Рассказывая о случившемся, все телеканалы восхищались адмиралом, который героически руководил тушением пожара. Однако, вернувшись в свой кабинет, бывший моряк адмиральским кортиком сделал себе харакири. В предсмертном письме сыну он написал, что решил уйти из жизни, считая себя ответственным за гибель двух подчиненных.
Впрочем, нынче из жизни добровольно уходят не только руководители, облеченные властью и ответственностью. Все чаще становится самоубийцей «самурай с белым воротничком», оказавшийся без средств к существованию из-за затянувшегося экономического спада и системы пожизненного найма, которая практически не дает уволенному шанса на новое трудоустройство.
Схожая участь японских и британских шахтеров
Угледобычу свернули по политическим мотивам
Заброшенные шахтные дворы. Бурьян на ржавых рельсах. Заколоченные строения. Рядом – неподвижные мужские фигуры на скамейках. И на всем – печать запустения и безысходности…
Как они оказались похожи – традиционные шахтерские районы юга Японии и севера Великобритании! Естественно, что у горняков сходен труд, сходен быт. Но до чего похожей оказалась их участь!
Устранить авангард рабочего движения
Оба островных государства живут прежде всего переработкой привозного сырья. Для каждого из них угледобыча была единственным направлением собственной добывающей промышленности.
После войны именно горняки поднимали японскую экономику из разрухи. А с 70-х годов шахтерские районы стали с горечью именовать «Страной заходящего солнца».
Практически все шахты были закрыты, семьи более миллиона горняков оказались без средств к существованию.
Официальные круги Токио лишь сокрушенно разводили руками. Дескать, уголь нынче уже не выдерживает конкуренции с нефтью. А раз жидкое топливо, даже привезенное издалека, обходится дешевле отечественного твердого, надо свертывать угледобычу и переводить предприятия на нефть.
В действительности же для массовых увольнений горняков были не столько экономические, сколько политические причины. Именно профсоюз шахтеров неизменно шел во главе ежегодных «весенних наступлений», славился своей сплоченностью и боевитостью. Словом, всегда был боевым авангардом рабочего движения.
Зачинщика самых серьезных социально-политических катаклизмов, когда общенациональные забастовки шахтеров вынуждали то или иное правительство уходить в отставку, подтолкнули власть к следующему решению: лучше переплатить за привозную нефть, устранив с политической арены авангард рабочего движения.
Вспоминаю 60-е годы, когда съехавшиеся в Токио горняки вели массовую голодовку перед зданием парламента.

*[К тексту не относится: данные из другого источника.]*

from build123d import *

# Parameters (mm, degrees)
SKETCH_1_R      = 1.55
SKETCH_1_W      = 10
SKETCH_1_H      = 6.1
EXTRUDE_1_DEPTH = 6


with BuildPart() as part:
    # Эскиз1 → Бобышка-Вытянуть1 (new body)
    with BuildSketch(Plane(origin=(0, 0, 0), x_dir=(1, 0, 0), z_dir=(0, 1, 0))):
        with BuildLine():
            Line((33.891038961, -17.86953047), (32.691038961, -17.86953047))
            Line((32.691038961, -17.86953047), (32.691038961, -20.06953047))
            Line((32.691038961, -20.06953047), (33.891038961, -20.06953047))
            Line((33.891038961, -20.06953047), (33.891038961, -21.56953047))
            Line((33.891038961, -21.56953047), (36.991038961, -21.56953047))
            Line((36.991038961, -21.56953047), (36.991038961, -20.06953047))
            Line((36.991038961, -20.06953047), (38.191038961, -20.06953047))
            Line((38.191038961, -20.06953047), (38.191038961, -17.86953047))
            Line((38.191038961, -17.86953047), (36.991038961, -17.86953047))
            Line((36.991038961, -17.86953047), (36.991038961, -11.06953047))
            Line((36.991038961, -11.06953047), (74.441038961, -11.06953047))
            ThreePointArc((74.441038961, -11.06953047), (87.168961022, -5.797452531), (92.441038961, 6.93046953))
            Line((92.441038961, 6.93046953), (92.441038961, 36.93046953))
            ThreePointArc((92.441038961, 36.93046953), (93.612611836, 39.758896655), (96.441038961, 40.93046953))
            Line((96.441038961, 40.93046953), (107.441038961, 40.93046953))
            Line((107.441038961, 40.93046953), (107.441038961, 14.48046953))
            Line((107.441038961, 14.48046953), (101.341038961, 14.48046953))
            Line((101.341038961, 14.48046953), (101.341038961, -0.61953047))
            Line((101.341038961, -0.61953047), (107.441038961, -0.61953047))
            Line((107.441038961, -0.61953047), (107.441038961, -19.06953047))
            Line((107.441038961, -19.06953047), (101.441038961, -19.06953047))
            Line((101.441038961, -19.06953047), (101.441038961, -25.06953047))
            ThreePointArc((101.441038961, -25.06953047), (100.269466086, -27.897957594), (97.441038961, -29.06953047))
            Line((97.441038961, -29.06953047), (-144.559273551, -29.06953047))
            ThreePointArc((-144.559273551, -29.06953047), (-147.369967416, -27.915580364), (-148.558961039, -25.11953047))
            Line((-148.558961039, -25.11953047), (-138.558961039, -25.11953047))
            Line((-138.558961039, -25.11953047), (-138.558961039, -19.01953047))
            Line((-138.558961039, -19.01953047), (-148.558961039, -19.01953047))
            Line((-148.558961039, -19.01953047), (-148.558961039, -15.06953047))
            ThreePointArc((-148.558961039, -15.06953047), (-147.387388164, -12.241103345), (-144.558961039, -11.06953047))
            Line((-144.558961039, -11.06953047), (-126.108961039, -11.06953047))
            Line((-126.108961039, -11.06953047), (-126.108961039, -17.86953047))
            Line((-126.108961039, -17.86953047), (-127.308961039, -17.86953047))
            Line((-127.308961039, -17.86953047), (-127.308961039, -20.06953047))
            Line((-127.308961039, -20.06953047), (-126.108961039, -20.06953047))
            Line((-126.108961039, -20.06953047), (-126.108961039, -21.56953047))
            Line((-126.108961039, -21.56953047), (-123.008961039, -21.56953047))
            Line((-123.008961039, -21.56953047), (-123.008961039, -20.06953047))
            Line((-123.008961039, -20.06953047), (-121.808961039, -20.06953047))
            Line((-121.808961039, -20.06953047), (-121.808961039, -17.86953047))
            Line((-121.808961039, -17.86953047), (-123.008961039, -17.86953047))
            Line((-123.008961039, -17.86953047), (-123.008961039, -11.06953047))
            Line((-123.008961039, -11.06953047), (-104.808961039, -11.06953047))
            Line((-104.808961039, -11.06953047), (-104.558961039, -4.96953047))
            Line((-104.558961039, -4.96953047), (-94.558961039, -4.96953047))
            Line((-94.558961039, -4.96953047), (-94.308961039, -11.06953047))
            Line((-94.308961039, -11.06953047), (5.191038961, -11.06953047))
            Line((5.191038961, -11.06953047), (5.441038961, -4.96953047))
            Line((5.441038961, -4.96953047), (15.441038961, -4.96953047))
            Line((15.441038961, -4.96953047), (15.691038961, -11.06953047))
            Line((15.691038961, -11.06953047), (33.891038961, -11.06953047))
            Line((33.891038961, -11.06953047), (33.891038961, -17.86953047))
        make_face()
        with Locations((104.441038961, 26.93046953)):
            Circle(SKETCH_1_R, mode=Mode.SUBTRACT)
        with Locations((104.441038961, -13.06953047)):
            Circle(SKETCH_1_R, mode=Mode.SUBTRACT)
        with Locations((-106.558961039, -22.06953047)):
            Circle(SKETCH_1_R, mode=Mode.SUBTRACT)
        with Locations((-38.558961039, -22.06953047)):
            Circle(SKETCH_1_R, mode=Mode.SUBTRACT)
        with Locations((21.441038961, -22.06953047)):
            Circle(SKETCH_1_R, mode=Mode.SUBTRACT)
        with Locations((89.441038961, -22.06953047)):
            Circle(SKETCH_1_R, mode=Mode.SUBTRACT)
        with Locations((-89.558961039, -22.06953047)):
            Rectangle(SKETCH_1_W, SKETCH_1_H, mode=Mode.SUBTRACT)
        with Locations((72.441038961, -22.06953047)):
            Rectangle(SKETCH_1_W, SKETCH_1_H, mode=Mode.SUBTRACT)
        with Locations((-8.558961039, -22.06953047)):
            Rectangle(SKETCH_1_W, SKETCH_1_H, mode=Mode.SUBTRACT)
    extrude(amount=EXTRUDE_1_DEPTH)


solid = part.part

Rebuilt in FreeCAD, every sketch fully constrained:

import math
import FreeCAD as App
import Part
import Sketcher
Q = App.Units.Quantity


def add_polygon(sketch, points):
    """Adds a closed chain of lines whose ends are joined by coincident constraints."""
    first, n = sketch.GeometryCount, len(points)
    for a, b in zip(points, points[1:] + points[:1]):
        sketch.addGeometry(Part.LineSegment(App.Vector(*a, 0), App.Vector(*b, 0)), False)
    for i in range(n):
        sketch.addConstraint(Sketcher.Constraint("Coincident", first + i, 2, first + (i + 1) % n, 1))

doc = App.newDocument("Part")
params = doc.addObject("Spreadsheet::Sheet", "Params")
for row, (alias, value) in enumerate([
    ("sketch1_radius", "4 mm"),
    ("sketch1_radius2", "18 mm"),
    ("sketch1_diameter", "3.1 mm"),
    ("sketch1_width", "10 mm"),
    ("sketch1_width2", "6 mm"),
    ("pad1_length", "6 mm"),
], start=1):
    params.set(f"A{row}", alias)
    params.set(f"B{row}", "=" + value)
    params.setAlias(f"B{row}", alias)

body = doc.addObject("PartDesign::Body", "Body")

sketch1 = doc.addObject("Sketcher::SketchObject", "Sketch")
body.addObject(sketch1)
sketch1.AttachmentSupport = (doc.XZ_Plane, [""])
sketch1.MapMode = "FlatFace"
sketch1.addGeometry(Part.LineSegment(App.Vector(32.7, 17.9, 0), App.Vector(33.9, 17.9, 0)), False)
sketch1.addGeometry(Part.LineSegment(App.Vector(33.9, 17.9, 0), App.Vector(33.9, 11.1, 0)), False)
sketch1.addGeometry(Part.LineSegment(App.Vector(33.9, 11.1, 0), App.Vector(15.7, 11.1, 0)), False)
sketch1.addGeometry(Part.LineSegment(App.Vector(15.7, 11.1, 0), App.Vector(15.4, 5, 0)), False)
sketch1.addGeometry(Part.LineSegment(App.Vector(15.4, 5, 0), App.Vector(5.4, 5, 0)), False)
sketch1.addGeometry(Part.LineSegment(App.Vector(5.4, 5, 0), App.Vector(5.2, 11.1, 0)), False)
sketch1.addGeometry(Part.LineSegment(App.Vector(5.2, 11.1, 0), App.Vector(-94.3, 11.1, 0)), False)
sketch1.addGeometry(Part.LineSegment(App.Vector(-94.3, 11.1, 0), App.Vector(-94.6, 5, 0)), False)
sketch1.addGeometry(Part.LineSegment(App.Vector(-94.6, 5, 0), App.Vector(-104.6, 5, 0)), False)
sketch1.addGeometry(Part.LineSegment(App.Vector(-104.6, 5, 0), App.Vector(-104.8, 11.1, 0)), False)
sketch1.addGeometry(Part.LineSegment(App.Vector(-104.8, 11.1, 0), App.Vector(-123, 11.1, 0)), False)
sketch1.addGeometry(Part.LineSegment(App.Vector(-123, 11.1, 0), App.Vector(-123, 17.9, 0)), False)
sketch1.addGeometry(Part.LineSegment(App.Vector(-123, 17.9, 0), App.Vector(-121.8, 17.9, 0)), False)
sketch1.addGeometry(Part.LineSegment(App.Vector(-121.8, 17.9, 0), App.Vector(-121.8, 20.1, 0)), False)
sketch1.addGeometry(Part.LineSegment(App.Vector(-121.8, 20.1, 0), App.Vector(-123, 20.1, 0)), False)
sketch1.addGeometry(Part.LineSegment(App.Vector(-123, 20.1, 0), App.Vector(-123, 21.6, 0)), False)
sketch1.addGeometry(Part.LineSegment(App.Vector(-123, 21.6, 0), App.Vector(-126.1, 21.6, 0)), False)
sketch1.addGeometry(Part.LineSegment(App.Vector(-126.1, 21.6, 0), App.Vector(-126.1, 20.1, 0)), False)
sketch1.addGeometry(Part.LineSegment(App.Vector(-126.1, 20.1, 0), App.Vector(-127.3, 20.1, 0)), False)
sketch1.addGeometry(Part.LineSegment(App.Vector(-127.3, 20.1, 0), App.Vector(-127.3, 17.9, 0)), False)
sketch1.addGeometry(Part.LineSegment(App.Vector(-127.3, 17.9, 0), App.Vector(-126.1, 17.9, 0)), False)
sketch1.addGeometry(Part.LineSegment(App.Vector(-126.1, 17.9, 0), App.Vector(-126.1, 11.1, 0)), False)
sketch1.addGeometry(Part.LineSegment(App.Vector(-126.1, 11.1, 0), App.Vector(-144.6, 11.1, 0)), False)
sketch1.addGeometry(Part.ArcOfCircle(Part.Circle(App.Vector(-144.6, 15.1, 0), App.Vector(0, 0, 1), 4), math.radians(180), math.radians(270)), False)
sketch1.addGeometry(Part.LineSegment(App.Vector(-148.6, 15.1, 0), App.Vector(-148.6, 19, 0)), False)
sketch1.addGeometry(Part.LineSegment(App.Vector(-148.6, 19, 0), App.Vector(-138.6, 19, 0)), False)
sketch1.addGeometry(Part.LineSegment(App.Vector(-138.6, 19, 0), App.Vector(-138.6, 25.1, 0)), False)
sketch1.addGeometry(Part.LineSegment(App.Vector(-138.6, 25.1, 0), App.Vector(-148.6, 25.1, 0)), False)
sketch1.addGeometry(Part.ArcOfCircle(Part.Circle(App.Vector(-144.6, 25.1, 0), App.Vector(0, 0, 1), 4), math.radians(90), math.radians(179)), False)
sketch1.addGeometry(Part.LineSegment(App.Vector(-144.6, 29.1, 0), App.Vector(97.4, 29.1, 0)), False)
sketch1.addGeometry(Part.ArcOfCircle(Part.Circle(App.Vector(97.4, 25.1, 0), App.Vector(0, 0, 1), 4), math.radians(0), math.radians(90)), False)
sketch1.addGeometry(Part.LineSegment(App.Vector(101.4, 25.1, 0), App.Vector(101.4, 19.1, 0)), False)
sketch1.addGeometry(Part.LineSegment(App.Vector(101.4, 19.1, 0), App.Vector(107.4, 19.1, 0)), False)
sketch1.addGeometry(Part.LineSegment(App.Vector(107.4, 19.1, 0), App.Vector(107.4, 0.6, 0)), False)
sketch1.addGeometry(Part.LineSegment(App.Vector(107.4, 0.6, 0), App.Vector(101.3, 0.6, 0)), False)
sketch1.addGeometry(Part.LineSegment(App.Vector(101.3, 0.6, 0), App.Vector(101.3, -14.5, 0)), False)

Комментарии токийских газет и телекомпаний сводились тогда примерно к следующему: «Противясь энергетической революции, навязывая стране топливо вчерашнего дня, японские шахтеры поступают так же эгоистично и неразумно, как английские луддиты, которые в XVIII веке ломали станки, дабы помешать промышленной революции».

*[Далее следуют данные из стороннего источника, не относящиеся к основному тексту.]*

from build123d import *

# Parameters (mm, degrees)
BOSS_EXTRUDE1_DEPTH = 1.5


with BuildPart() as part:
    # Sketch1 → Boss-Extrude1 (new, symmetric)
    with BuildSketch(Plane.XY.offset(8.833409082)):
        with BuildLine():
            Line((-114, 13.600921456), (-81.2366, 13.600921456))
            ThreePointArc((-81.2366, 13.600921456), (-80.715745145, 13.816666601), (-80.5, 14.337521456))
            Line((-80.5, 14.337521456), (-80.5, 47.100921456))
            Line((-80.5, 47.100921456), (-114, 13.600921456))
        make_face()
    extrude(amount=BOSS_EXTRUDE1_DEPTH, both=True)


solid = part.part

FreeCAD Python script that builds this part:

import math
import FreeCAD as App
import Part
import Sketcher
from FreeCAD import Vector

doc = App.newDocument("Part")
body = doc.addObject("PartDesign::Body", "Body")

# Sketch on XY plane
sketch1 = body.newObject("Sketcher::SketchObject", "Sketch")
sketch1.AttachmentSupport = (doc.getObject("XY_Plane"), [""])
sketch1.MapMode = "FlatFace"
sketch1.AttachmentOffset = App.Placement(Vector(0, 0, 8.833409), App.Rotation())
sketch1.addGeometry([
    Part.LineSegment(Vector(-114, 13.600921, 0), Vector(-81.2366, 13.600921, 0)),
    Part.ArcOfCircle(Part.Circle(Vector(-81.2366, 14.337521, 0), Vector(0, 0, 1), 0.7366), math.radians(-90), math.radians(0)),
    Part.LineSegment(Vector(-80.5, 14.337521, 0), Vector(-80.5, 47.100921, 0)),
    Part.LineSegment(Vector(-80.5, 47.100921, 0), Vector(-114, 13.600921, 0)),
], False)
sketch1.addConstraint([
    Sketcher.Constraint("Tangent", 0, 2, 1, 1),
    Sketcher.Constraint("Tangent", 1, 2, 2, 1),
    Sketcher.Constraint("Coincident", 2, 2, 3, 1),
    Sketcher.Constraint("Coincident", 3, 2, 0, 1),
    Sketcher.Constraint("Horizontal", 0),
    Sketcher.Constraint("Vertical", 2),
    Sketcher.Constraint("Equal", 0, 2),
    Sketcher.Constraint("DistanceX", 3, 2, -1, 1, 114.0),
    Sketcher.Constraint("DistanceX", 1, 2, -1, 1, 80.5),
    Sketcher.Constraint("Radius", 1, 0.7366),
    Sketcher.Constraint("DistanceY", -1, 1, 1, 3, 14.337521),
])
pad1 = body.newObject("PartDesign::Pad", "Pad")
pad1.Profile = sketch1
pad1.Length = 3
pad1.Midplane = True

doc.recompute()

Уязвимость островной экономики
Эти рассуждения вспомнились потом, когда мне довелось увидеть Токио в разгар мирового энергетического кризиса. Уязвимость японской экономики вдруг проявила себя с грозной силой.
Страна восходящего солнца с тревогой ощутила, что жизнеспособность ее бурно разросшейся индустрии, словно от тонкой пуповины, зависит от географически отдаленной и политически нестабильной зоны Персидского залива.
При огромном потреблении нефти – около миллиона тонн в день – стало практически невозможно запасать ее впрок. Токийская печать обсуждала проекты чрезвычайных правительственных мер на случай внезапного прекращения подвоза. В числе их предлагалось, в частности, использовать воинские части для разработки заброшенных шахт, дабы снабжать отечественным углем хотя бы аварийные электростанции.
Так опьянение «энергетической революцией» обернулось горьким похмельем энергического кризиса.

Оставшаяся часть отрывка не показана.